De rechtbank leidt hieruit af dat Nederland in het kader van de informatie uitwisseling van het gemeenschappelijke onderzoeksteam voor Encrochat op zijn minst eenzelfde niveau van wetenschap had omtrent de intercepties als ware zij per formulier genotificeerd als bedoeld in artikel 31 van Richtlijn 2014/41/EU.
De rechtbank overweegt verder dat uit de genoemde 126uba en 126t Sv-machtigingen door de rechter-commissaris (zoals geciteerd in ECLI:NL:HR:2023:913) ook blijkt dat er, mede vanwege de inbreuk op de persoonlijke levenssfeer die gemaakt zou kunnen worden en teneinde de belangen van de verdediging in de zin van artikel 6 EVRM te waarborgen, ten aanzien van Nederlandse gebruikers een extra rechterlijke toetsing naar Nederlandse maatstaven is aangelegd en dat er in dat kader ook (extra) voorwaarden aan de aangekondigde interceptie zijn gesteld. Daarmee is naar het oordeel van de rechtbank materieel voldaan aan hetgeen het Hof van Justitie in het arrest van 30 april 2024 vereist ter zake waarborgen voor gebruikers van communicatiemiddelen waarvan interceptie plaatsvindt op het grondgebied van een lidstaat door opsporingsdiensten van een andere lidstaat, zonder technische bijstand van de lidstaat waar die gebruikers zich bevinden.

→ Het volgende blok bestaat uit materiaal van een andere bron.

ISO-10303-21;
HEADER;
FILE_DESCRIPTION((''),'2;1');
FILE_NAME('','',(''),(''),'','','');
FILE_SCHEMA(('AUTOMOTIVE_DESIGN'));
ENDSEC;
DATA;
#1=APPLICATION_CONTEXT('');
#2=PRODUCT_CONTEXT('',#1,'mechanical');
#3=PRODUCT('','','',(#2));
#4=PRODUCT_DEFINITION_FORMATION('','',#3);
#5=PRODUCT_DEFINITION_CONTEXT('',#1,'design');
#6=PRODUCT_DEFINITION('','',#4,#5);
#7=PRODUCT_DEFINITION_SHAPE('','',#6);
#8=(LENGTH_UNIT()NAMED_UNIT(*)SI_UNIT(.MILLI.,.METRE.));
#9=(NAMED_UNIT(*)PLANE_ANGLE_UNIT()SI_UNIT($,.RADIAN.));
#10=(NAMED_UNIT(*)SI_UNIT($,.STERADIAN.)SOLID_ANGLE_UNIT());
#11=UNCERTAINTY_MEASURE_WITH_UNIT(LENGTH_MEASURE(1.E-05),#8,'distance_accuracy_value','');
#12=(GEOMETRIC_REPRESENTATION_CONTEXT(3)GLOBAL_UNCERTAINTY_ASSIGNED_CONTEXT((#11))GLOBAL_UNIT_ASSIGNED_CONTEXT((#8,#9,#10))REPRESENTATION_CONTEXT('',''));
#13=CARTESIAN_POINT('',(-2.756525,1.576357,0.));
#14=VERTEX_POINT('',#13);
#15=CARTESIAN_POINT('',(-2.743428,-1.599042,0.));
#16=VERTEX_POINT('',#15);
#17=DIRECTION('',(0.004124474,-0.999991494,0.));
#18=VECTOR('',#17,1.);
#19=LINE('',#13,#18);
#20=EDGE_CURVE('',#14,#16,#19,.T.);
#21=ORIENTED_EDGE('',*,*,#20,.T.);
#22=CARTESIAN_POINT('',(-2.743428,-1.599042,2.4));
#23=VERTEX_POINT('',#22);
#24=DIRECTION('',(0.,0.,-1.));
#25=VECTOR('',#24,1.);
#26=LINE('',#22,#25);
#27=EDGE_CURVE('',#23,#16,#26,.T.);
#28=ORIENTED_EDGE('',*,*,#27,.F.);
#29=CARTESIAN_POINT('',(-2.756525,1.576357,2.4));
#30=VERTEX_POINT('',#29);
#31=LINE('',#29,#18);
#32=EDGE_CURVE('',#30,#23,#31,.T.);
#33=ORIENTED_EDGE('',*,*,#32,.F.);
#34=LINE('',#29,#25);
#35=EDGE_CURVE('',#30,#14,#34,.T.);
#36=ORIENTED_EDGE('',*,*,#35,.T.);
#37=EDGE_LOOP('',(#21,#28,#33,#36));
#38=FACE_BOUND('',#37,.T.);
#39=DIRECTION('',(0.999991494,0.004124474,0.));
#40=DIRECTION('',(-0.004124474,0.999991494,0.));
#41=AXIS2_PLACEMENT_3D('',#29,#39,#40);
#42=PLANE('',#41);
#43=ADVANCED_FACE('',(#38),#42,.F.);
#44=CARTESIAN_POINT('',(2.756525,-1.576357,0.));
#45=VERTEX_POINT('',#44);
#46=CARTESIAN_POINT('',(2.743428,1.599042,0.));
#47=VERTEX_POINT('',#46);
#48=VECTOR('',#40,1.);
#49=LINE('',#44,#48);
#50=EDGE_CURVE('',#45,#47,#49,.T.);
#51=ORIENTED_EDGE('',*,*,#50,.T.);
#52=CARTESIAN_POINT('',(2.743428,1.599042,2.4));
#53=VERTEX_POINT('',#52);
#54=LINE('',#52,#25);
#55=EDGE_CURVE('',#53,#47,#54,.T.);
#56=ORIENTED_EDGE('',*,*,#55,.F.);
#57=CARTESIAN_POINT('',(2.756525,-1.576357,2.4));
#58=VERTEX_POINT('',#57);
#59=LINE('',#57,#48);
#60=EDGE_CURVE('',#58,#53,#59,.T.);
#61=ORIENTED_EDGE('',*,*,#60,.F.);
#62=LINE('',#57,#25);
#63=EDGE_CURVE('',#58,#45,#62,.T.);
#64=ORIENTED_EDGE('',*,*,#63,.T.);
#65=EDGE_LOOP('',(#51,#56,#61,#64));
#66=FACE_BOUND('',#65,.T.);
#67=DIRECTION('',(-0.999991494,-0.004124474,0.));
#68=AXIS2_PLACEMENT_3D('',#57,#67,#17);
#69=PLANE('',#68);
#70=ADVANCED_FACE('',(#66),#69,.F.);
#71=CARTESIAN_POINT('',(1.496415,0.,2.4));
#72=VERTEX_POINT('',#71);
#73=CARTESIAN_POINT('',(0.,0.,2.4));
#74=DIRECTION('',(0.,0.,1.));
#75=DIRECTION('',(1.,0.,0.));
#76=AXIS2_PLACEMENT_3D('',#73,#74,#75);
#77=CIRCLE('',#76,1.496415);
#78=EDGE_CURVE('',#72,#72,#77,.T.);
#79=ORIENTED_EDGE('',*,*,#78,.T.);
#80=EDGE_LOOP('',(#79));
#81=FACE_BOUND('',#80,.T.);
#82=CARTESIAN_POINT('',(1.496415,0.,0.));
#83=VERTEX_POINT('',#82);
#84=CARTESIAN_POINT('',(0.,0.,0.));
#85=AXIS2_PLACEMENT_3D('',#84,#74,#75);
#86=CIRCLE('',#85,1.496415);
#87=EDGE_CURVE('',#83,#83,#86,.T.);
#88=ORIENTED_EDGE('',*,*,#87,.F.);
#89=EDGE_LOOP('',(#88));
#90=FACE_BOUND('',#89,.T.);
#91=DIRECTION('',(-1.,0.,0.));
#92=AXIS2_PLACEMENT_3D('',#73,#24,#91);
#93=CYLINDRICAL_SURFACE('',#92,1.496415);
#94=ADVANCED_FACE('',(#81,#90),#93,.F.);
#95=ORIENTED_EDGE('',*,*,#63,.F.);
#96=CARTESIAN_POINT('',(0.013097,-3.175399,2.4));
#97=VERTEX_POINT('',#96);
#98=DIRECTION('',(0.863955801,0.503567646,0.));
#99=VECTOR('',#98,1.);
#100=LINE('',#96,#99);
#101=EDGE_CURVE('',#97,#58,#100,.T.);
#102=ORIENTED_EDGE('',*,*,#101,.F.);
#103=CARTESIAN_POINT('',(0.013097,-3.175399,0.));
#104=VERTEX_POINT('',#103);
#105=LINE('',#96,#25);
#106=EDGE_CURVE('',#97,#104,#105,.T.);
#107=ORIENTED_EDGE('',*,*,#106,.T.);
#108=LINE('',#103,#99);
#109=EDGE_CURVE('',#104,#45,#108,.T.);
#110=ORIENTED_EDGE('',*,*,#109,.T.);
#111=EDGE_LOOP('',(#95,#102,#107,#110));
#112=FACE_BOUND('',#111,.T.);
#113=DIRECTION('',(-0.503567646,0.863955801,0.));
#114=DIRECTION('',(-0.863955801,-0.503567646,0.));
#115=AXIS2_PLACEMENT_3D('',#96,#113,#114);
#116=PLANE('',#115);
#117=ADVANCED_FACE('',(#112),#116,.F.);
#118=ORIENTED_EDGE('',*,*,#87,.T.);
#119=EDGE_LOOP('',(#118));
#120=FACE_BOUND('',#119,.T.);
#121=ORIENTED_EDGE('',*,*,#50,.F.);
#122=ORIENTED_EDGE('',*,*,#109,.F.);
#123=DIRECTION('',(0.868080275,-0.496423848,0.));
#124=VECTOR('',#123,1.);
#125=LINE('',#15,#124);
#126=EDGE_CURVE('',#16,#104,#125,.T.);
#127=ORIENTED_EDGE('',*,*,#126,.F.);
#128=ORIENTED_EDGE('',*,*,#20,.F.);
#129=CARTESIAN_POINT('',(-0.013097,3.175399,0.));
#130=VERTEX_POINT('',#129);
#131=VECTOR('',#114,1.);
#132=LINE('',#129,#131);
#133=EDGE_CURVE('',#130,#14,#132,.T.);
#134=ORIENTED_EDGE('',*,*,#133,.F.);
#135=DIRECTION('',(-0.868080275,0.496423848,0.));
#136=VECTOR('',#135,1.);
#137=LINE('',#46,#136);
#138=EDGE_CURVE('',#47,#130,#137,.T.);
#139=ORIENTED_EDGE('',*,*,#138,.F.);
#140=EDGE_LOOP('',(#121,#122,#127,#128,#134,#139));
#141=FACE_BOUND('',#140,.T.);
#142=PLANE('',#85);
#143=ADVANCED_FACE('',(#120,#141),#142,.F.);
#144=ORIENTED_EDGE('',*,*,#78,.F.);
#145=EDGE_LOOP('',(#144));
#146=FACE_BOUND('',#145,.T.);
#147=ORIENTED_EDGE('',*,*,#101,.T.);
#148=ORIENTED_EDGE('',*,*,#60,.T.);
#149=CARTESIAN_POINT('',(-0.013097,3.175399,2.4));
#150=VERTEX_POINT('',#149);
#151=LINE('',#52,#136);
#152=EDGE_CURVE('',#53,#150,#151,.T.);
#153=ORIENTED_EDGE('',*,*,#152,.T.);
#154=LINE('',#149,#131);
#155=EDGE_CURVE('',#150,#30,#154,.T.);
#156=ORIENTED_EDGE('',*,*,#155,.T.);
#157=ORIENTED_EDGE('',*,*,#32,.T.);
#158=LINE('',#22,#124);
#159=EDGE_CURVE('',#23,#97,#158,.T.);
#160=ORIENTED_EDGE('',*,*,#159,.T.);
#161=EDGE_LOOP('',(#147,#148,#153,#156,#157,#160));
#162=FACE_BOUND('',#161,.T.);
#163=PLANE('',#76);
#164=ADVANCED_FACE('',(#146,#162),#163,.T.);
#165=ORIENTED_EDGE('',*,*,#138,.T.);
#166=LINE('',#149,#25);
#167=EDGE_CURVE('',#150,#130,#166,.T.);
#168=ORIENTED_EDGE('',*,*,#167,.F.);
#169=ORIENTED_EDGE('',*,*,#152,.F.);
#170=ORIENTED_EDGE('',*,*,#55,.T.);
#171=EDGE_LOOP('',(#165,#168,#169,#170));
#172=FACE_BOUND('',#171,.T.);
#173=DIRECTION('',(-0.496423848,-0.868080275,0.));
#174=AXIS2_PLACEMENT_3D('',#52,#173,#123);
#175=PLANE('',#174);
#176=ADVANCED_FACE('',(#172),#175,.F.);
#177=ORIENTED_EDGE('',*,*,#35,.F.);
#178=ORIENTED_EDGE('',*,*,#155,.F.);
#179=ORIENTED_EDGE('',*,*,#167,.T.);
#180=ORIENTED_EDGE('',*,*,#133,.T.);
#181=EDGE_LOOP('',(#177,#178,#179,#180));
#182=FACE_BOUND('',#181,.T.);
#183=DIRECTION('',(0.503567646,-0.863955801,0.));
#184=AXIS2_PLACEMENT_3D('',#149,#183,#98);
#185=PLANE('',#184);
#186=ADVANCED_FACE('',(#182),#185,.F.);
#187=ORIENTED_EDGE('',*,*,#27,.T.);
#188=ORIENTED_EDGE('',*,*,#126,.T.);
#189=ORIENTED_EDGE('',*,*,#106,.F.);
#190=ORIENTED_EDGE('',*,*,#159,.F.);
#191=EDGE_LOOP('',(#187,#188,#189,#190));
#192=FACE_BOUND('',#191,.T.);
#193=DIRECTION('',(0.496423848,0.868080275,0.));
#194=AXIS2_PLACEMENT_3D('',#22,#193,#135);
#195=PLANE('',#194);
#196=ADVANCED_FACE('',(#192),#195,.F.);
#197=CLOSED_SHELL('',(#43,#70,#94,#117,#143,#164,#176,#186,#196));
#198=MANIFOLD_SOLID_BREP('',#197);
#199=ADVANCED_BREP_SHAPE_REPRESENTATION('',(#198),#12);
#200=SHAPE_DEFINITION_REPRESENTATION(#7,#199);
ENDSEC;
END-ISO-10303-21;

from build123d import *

# Parameters (mm, degrees)
SZKIC1_R                    = 1.496415342
DODANIE_WYCI_GNI_CIE1_DEPTH = 2.4


with BuildPart() as part:
    # Szkic1 → Dodanie-wyciągnięcie1 (new body)
    with BuildSketch(Plane.XY):
        Polygon((2.743428127, 1.599042039), (-0.013096964, 3.175399471), (-2.756525091, 1.576357432), (-2.743428127, -1.599042039), (0.013096964, -3.175399471), (2.756525091, -1.576357432), align=None)
        Circle(SZKIC1_R, mode=Mode.SUBTRACT)
    extrude(amount=DODANIE_WYCI_GNI_CIE1_DEPTH)


solid = part.part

Gelet op het voorgaande ziet de rechtbank geen aanleiding tot het aanhouden van de zaak teneinde de verdediging in de gelegenheid te stellen om prejudiciële vragen te stellen. De noodzaak van het voegen van de in punt 116 van de pleitaantekening genoemde stukken – voor zover beschikbaar - is naar het oordeel van de rechtbank indachtig hetgeen zij hiervoor heeft overwogen eveneens niet gebleken. De rechtbank wijst de verzoeken daarom af.

Beslissingen van de rechtbank

Wijst de verzoeken van de raadsvrouw af.
Het onderzoek ter terechtzitting wordt geschorst voor onbepaalde tijd, voor de inhoudelijke behandeling gaat de rechtbank vooralsnog uit van een tijdsduur van 240 tot 300 minuten.
De rechtbank beveelt de oproeping van de verdachte en de onmiddellijke kennisgeving
daarvan aan zijn raadsvrouw tegen de datum en het tijdstip waarop het onderzoek op de zitting wordt hervat.
Dit proces-verbaal is door de voorzitter en de griffier vastgesteld en ondertekend.